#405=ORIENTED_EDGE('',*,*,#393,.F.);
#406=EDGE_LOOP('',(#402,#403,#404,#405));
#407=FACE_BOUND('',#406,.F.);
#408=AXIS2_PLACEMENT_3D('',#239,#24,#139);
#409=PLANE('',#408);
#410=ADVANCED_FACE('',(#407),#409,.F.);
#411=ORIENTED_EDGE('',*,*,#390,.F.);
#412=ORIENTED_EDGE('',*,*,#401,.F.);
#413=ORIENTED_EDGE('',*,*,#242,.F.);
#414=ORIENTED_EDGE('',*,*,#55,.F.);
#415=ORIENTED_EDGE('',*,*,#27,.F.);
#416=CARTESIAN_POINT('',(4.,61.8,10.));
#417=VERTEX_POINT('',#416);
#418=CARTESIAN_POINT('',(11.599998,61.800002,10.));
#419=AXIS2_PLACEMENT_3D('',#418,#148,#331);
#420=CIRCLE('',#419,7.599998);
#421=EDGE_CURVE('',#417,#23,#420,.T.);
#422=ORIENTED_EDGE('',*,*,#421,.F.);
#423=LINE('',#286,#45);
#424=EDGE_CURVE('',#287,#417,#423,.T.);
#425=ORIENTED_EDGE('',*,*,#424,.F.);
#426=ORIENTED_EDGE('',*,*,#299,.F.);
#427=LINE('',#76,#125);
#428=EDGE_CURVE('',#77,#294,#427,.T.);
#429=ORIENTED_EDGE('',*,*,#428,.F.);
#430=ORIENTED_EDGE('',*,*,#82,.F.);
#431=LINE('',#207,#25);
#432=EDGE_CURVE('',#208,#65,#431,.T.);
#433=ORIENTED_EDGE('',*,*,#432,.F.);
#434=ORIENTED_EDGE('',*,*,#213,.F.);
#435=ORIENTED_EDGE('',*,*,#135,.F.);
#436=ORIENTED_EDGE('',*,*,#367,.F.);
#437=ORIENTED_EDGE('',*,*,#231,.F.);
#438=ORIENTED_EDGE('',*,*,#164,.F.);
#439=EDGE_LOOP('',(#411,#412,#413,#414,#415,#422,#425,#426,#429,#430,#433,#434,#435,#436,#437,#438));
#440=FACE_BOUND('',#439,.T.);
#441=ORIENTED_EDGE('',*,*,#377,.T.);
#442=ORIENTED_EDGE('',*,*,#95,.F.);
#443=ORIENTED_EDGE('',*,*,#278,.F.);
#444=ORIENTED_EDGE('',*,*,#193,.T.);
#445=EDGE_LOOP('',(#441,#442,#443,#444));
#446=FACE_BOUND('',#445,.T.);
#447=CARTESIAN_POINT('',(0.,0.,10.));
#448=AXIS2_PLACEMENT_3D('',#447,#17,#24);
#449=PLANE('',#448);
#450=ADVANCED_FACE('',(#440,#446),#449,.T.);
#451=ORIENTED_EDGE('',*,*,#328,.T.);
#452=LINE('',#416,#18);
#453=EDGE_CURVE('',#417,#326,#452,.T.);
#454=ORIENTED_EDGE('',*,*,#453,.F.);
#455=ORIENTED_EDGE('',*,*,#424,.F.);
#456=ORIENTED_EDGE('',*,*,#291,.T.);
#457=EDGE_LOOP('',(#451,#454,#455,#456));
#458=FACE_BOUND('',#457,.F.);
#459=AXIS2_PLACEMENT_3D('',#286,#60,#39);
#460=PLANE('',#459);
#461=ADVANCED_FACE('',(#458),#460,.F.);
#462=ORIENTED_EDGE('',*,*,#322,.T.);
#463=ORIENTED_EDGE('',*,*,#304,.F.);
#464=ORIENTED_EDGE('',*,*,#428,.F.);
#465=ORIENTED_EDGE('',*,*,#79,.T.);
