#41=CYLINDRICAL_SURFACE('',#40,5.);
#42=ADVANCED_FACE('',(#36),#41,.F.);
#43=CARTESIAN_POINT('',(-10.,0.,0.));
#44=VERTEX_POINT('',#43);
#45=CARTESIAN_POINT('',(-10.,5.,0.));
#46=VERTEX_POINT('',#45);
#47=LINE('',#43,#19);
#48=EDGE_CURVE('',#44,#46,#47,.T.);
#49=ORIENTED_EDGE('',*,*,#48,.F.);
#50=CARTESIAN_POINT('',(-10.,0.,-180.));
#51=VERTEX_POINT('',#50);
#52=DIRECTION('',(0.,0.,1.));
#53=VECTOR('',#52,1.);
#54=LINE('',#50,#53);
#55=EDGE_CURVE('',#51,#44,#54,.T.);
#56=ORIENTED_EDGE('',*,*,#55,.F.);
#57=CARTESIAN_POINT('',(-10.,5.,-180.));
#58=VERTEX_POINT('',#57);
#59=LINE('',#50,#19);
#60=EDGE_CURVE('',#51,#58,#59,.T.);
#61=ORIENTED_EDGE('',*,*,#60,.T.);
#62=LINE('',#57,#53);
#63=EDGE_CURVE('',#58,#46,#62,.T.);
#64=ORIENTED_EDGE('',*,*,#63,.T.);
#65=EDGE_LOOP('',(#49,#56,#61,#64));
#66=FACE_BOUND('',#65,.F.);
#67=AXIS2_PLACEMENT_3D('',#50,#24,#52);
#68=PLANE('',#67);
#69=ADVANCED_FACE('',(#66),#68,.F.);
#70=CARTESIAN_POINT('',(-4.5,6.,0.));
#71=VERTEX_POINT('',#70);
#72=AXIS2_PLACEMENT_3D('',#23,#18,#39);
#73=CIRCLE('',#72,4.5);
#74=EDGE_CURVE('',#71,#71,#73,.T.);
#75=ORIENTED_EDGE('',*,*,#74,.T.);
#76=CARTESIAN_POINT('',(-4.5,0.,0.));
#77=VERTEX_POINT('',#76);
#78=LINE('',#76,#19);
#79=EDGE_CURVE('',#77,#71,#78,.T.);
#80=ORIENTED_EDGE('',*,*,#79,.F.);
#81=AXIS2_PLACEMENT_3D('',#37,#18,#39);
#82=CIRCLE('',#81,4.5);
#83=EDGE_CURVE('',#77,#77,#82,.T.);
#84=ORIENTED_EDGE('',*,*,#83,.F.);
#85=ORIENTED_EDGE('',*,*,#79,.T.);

|---|

**Work instructions**
Taking the line with "#423=LINE('',#286,#45);" as the first and the line with "#432=EDGE_CURVE('',#208,#65,#431,.T.);" as the last, retype that stretch of the data above exactly, with no other lines.

**Solved problem**
#423=LINE('',#286,#45);
#424=EDGE_CURVE('',#287,#417,#423,.T.);
#425=ORIENTED_EDGE('',*,*,#424,.F.);
#426=ORIENTED_EDGE('',*,*,#299,.F.);
#427=LINE('',#76,#125);
#428=EDGE_CURVE('',#77,#294,#427,.T.);
#429=ORIENTED_EDGE('',*,*,#428,.F.);
#430=ORIENTED_EDGE('',*,*,#82,.F.);
#431=LINE('',#207,#25);
#432=EDGE_CURVE('',#208,#65,#431,.T.);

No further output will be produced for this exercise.